Section "ServerLayout"

    Identifier     "X.org Configured"

    Screen      0  "Screen0" 0 0

    InputDevice    "Mouse0" "CorePointer"

    InputDevice    "Keyboard0" "CoreKeyboard"

EndSection

Section "Files"

    ModulePath      "/usr/lib64/xorg/modules"

    ModulePath      "/usr/lib64/opengl/xorg-x11/extensions/"

    FontPath        "/usr/share/fonts/misc/"

    FontPath        "/usr/share/fonts/TTF/"

    FontPath        "/usr/share/fonts/OTF/"

    FontPath        "/usr/share/fonts/Type1/"

    FontPath        "/usr/share/fonts/100dpi/"

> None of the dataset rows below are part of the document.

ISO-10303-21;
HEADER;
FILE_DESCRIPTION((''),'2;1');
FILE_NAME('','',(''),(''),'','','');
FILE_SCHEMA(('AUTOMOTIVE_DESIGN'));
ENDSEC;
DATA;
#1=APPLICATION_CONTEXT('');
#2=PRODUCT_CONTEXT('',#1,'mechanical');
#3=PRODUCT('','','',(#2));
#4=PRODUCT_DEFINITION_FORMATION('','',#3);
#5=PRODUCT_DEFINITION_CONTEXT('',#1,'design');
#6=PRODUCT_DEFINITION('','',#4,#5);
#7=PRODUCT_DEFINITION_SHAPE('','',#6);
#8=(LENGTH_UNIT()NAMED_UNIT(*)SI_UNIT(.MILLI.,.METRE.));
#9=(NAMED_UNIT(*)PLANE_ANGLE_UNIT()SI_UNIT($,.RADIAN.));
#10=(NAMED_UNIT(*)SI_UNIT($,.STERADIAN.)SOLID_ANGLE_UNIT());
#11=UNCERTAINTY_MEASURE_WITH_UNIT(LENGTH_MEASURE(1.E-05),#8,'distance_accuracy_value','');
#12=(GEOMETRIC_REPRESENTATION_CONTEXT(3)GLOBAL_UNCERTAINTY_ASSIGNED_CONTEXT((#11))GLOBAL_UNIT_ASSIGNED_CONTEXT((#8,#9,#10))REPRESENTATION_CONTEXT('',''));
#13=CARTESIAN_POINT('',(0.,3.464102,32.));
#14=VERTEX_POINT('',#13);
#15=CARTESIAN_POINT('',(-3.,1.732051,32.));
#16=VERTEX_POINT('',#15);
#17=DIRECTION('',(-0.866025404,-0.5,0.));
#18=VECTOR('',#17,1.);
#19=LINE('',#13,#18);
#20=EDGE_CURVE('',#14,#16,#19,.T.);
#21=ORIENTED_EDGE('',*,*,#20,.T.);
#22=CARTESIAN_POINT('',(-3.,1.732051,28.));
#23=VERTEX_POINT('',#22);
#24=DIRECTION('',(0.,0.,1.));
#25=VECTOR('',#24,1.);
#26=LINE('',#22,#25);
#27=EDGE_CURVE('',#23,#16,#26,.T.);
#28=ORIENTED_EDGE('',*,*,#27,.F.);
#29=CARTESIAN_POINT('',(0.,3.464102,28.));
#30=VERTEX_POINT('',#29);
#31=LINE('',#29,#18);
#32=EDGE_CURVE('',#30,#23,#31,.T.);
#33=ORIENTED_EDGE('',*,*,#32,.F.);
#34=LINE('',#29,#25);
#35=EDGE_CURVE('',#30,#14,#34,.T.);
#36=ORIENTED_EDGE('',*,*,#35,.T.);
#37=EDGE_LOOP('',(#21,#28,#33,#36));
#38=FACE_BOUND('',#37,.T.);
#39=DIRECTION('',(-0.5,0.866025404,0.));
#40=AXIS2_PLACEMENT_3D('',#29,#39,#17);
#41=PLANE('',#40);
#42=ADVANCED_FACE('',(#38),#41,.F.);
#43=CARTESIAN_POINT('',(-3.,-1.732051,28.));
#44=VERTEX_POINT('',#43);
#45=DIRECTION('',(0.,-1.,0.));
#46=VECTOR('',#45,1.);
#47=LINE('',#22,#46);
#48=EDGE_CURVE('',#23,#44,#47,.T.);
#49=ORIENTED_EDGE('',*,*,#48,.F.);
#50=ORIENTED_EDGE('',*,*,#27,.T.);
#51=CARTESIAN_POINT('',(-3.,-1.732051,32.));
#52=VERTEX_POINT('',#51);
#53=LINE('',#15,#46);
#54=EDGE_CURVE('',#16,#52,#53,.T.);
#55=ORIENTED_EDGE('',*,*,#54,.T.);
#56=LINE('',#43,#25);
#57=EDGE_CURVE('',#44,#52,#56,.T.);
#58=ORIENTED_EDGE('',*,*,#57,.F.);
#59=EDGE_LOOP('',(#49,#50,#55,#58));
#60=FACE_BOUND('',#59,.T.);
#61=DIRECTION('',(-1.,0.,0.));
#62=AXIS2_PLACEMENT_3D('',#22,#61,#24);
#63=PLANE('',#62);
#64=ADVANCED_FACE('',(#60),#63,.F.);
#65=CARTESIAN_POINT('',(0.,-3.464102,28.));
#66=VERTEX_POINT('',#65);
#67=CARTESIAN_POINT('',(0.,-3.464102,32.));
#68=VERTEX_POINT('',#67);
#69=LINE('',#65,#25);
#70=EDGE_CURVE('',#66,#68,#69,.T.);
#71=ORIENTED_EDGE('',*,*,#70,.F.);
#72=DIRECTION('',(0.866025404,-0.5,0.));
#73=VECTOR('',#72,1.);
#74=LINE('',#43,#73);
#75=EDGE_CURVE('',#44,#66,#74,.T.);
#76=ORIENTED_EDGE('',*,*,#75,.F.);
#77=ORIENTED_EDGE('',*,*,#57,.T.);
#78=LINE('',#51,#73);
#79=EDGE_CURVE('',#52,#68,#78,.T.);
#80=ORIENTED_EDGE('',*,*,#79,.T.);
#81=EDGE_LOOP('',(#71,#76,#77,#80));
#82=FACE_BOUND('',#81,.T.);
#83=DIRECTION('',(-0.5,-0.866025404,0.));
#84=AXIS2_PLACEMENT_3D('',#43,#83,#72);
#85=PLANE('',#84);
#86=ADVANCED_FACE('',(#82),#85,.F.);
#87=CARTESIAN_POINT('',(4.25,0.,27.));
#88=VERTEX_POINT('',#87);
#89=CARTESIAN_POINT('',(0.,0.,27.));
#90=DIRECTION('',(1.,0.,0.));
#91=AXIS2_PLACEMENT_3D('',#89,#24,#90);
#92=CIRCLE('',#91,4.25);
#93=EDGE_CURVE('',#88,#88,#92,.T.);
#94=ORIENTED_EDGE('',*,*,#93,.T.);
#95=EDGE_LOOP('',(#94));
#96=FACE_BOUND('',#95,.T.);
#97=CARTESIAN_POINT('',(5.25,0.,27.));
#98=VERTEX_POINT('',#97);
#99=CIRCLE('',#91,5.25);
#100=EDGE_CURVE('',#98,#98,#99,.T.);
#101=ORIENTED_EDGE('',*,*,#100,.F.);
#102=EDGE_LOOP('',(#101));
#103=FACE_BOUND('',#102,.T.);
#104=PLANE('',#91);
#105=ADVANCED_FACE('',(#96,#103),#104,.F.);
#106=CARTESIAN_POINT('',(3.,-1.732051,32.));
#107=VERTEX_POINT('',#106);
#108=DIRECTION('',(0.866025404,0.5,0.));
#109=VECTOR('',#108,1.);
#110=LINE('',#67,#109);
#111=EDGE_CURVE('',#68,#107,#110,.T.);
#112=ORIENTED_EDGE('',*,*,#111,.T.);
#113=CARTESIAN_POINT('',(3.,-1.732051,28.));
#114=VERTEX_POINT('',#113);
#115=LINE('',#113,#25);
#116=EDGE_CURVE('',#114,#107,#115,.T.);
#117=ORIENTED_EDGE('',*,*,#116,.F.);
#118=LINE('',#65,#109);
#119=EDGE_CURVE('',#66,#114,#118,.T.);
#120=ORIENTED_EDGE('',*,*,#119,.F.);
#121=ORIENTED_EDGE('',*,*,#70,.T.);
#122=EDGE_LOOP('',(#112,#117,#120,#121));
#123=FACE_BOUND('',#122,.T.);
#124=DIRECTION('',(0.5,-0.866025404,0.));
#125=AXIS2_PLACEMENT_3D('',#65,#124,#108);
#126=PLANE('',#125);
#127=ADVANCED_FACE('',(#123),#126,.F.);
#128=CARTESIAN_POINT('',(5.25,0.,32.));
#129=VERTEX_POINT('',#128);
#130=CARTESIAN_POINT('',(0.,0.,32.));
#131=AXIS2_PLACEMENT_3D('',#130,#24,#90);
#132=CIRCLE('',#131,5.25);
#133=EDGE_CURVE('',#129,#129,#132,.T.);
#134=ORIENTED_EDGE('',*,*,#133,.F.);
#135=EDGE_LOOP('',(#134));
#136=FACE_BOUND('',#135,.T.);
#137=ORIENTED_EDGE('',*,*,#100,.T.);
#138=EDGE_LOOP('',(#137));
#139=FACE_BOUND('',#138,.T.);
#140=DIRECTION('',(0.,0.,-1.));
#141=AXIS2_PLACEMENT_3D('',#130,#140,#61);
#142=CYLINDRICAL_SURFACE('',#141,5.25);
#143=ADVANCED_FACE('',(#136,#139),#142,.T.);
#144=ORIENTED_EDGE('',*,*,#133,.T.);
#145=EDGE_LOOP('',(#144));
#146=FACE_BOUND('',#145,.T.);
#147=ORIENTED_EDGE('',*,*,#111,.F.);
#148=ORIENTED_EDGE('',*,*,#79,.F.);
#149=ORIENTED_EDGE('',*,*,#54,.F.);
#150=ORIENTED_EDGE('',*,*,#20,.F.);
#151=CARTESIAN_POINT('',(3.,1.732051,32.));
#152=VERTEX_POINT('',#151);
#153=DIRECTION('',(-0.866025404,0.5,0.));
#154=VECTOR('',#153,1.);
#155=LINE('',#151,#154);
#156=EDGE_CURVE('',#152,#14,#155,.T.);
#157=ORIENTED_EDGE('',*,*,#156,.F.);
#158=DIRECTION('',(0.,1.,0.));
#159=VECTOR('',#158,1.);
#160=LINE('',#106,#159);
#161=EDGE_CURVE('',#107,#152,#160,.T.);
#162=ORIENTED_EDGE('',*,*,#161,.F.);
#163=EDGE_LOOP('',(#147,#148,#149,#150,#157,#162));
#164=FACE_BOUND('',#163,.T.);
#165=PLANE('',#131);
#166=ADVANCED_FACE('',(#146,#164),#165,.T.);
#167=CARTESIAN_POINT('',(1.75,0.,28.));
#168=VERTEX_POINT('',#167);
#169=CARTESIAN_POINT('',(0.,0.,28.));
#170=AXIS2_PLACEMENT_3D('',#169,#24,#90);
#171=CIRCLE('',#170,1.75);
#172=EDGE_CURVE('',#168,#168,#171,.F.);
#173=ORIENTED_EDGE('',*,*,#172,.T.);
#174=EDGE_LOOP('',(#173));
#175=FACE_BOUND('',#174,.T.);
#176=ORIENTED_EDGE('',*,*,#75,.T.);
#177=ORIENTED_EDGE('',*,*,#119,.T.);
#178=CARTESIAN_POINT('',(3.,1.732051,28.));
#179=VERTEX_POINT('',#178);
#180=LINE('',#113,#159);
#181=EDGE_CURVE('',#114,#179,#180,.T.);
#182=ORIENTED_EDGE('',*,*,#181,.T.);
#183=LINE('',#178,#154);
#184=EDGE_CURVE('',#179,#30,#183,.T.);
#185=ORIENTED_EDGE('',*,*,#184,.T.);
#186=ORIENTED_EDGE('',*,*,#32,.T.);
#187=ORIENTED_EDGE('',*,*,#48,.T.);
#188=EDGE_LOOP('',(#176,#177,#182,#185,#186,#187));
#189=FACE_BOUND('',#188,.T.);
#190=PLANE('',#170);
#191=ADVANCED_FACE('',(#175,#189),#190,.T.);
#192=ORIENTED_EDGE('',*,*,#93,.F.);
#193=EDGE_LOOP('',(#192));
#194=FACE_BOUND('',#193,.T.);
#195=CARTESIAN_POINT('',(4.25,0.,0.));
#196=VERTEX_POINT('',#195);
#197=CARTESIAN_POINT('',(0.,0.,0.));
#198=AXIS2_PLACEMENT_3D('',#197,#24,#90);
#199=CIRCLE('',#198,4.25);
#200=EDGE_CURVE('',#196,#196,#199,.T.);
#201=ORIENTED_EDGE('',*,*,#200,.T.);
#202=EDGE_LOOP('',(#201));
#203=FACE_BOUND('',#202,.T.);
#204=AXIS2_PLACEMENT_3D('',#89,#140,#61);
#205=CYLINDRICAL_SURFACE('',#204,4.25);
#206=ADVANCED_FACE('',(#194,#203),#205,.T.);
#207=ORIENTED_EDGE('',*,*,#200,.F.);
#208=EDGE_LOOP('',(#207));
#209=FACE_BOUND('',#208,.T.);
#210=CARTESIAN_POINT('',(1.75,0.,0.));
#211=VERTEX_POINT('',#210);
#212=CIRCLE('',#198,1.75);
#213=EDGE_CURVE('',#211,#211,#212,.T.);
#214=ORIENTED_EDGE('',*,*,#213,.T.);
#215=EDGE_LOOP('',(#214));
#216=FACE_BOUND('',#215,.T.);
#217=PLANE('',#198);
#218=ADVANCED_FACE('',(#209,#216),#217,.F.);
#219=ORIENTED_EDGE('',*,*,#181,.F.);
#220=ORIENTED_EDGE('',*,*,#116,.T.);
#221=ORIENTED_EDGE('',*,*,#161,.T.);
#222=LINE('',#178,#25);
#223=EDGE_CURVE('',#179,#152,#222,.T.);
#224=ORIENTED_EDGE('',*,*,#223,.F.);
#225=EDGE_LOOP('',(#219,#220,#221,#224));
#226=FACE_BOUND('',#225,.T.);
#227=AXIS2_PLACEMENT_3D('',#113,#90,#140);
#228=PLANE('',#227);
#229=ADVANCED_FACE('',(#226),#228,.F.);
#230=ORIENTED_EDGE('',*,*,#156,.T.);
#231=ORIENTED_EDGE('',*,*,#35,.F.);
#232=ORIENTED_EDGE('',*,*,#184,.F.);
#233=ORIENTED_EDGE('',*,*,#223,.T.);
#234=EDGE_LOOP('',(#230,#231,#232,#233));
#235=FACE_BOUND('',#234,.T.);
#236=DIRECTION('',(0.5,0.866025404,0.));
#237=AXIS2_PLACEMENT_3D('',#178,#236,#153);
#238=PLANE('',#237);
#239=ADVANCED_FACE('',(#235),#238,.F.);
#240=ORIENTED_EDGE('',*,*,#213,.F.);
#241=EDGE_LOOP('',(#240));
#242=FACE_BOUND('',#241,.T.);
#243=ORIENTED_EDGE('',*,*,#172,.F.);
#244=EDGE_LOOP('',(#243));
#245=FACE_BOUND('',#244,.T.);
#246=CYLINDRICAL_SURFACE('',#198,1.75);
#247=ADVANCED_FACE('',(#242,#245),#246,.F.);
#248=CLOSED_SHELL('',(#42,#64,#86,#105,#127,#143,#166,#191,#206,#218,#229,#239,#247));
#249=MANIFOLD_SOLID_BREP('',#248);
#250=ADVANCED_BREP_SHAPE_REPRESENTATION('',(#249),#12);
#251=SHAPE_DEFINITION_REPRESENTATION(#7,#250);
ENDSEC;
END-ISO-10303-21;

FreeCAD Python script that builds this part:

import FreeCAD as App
import Part
import Sketcher

V = App.Vector
Q = App.Units.Quantity

doc = App.newDocument("Part")
body = doc.addObject("PartDesign::Body", "Body")

# Sketch on XY plane
sketch1 = body.newObject("Sketcher::SketchObject", "Sketch")
sketch1.AttachmentSupport = (doc.getObject("XY_Plane"), [""])
sketch1.MapMode = "FlatFace"
sketch1.addGeometry(Part.Circle(V(0, 0, 0), V(0, 0, 1), 4.2), False)
sketch1.addConstraint([
    Sketcher.Constraint("Coincident", 0, 3, -1, 1),
    Sketcher.Constraint("Diameter", 0, Q("8.5 mm")),
])
pad1 = body.newObject("PartDesign::Pad", "Pad")
pad1.Profile = sketch1
pad1.Length = 27

# Sketch on XY plane
sketch2 = body.newObject("Sketcher::SketchObject", "Sketch001")
sketch2.AttachmentSupport = (doc.getObject("XY_Plane"), [""])
sketch2.MapMode = "FlatFace"
sketch2.AttachmentOffset = App.Placement(V(0, 0, 27), App.Rotation())
sketch2.addGeometry(Part.Circle(V(0, 0, 0), V(0, 0, 1), 5), False)
sketch2.addConstraint([
    Sketcher.Constraint("Coincident", 0, 3, -1, 1),
    Sketcher.Constraint("Diameter", 0, Q("10.5 mm")),
])
pad2 = body.newObject("PartDesign::Pad", "Pad001")
pad2.Profile = sketch2
pad2.Length = 5

# Sketch on XY plane
sketch3 = body.newObject("Sketcher::SketchObject", "Sketch002")
sketch3.AttachmentSupport = (doc.getObject("XY_Plane"), [""])
sketch3.MapMode = "FlatFace"
sketch3.AttachmentOffset = App.Placement(V(0, 0, 32), App.Rotation())
sketch3.addGeometry(Part.Circle(V(0, 0, 0), V(0, 0, 1), 1.8), False)
sketch3.addConstraint([
    Sketcher.Constraint("Coincident", 0, 3, -1, 1),
    Sketcher.Constraint("Diameter", 0, Q("3.5 mm")),
])
pocket1 = body.newObject("PartDesign::Pocket", "Pocket")
pocket1.Profile = sketch3
pocket1.Type = "ThroughAll"

# Sketch on XY plane
sketch4 = body.newObject("Sketcher::SketchObject", "Sketch003")
sketch4.AttachmentSupport = (doc.getObject("XY_Plane"), [""])
sketch4.MapMode = "FlatFace"
sketch4.AttachmentOffset = App.Placement(V(0, 0, 32), App.Rotation())
sketch4.addGeometry([
    Part.LineSegment(V(0, 3.5, 0), V(-3, 1.7, 0)),  # 0
    Part.LineSegment(V(-3, 1.7, 0), V(-3, -1.7, 0)),  # 1
    Part.LineSegment(V(-3, -1.7, 0), V(0, -3.5, 0)),  # 2
    Part.LineSegment(V(0, -3.5, 0), V(3, -1.7, 0)),  # 3
    Part.LineSegment(V(3, -1.7, 0), V(3, 1.7, 0)),  # 4
    Part.LineSegment(V(3, 1.7, 0), V(0, 3.5, 0)),  # 5
], False)
sketch4.addConstraint([
    Sketcher.Constraint("Coincident", 0, 2, 1, 1),
    Sketcher.Constraint("Coincident", 1, 2, 2, 1),
    Sketcher.Constraint("Coincident", 2, 2, 3, 1),
    Sketcher.Constraint("Coincident", 3, 2, 4, 1),
    Sketcher.Constraint("Coincident", 4, 2, 5, 1),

    FontPath        "/usr/share/fonts/75dpi/"

EndSection

Section "Module"

    Load           "glx"

    Load           "record"

    Load           "dbe"

    Load           "extmod"

    Disable        "dri"

    Disable        "dri2"

EndSection

Section "InputDevice"

    Identifier     "Keyboard0"

    Driver         "kbd"

    Option         "CoreKeyboard"

    Option         "XbkRules" "xorg"

    Option         "XkbModel" "pc105"

    Option         "XkbLayout" "pl"

EndSection

Section "InputDevice"

    Identifier     "Mouse0"

    Driver         "mouse"

    Option         "CorePointer"

    Option         "Protocol" "auto"

    Option         "Device" "/dev/input/mice"

    Option         "ZAxisMapping" "4 5 6 7"

EndSection

Section "InputDevice"

    Identifier     "Mouse1"

    Driver         "evdev"

    Option         "Device" "/dev/input/event4"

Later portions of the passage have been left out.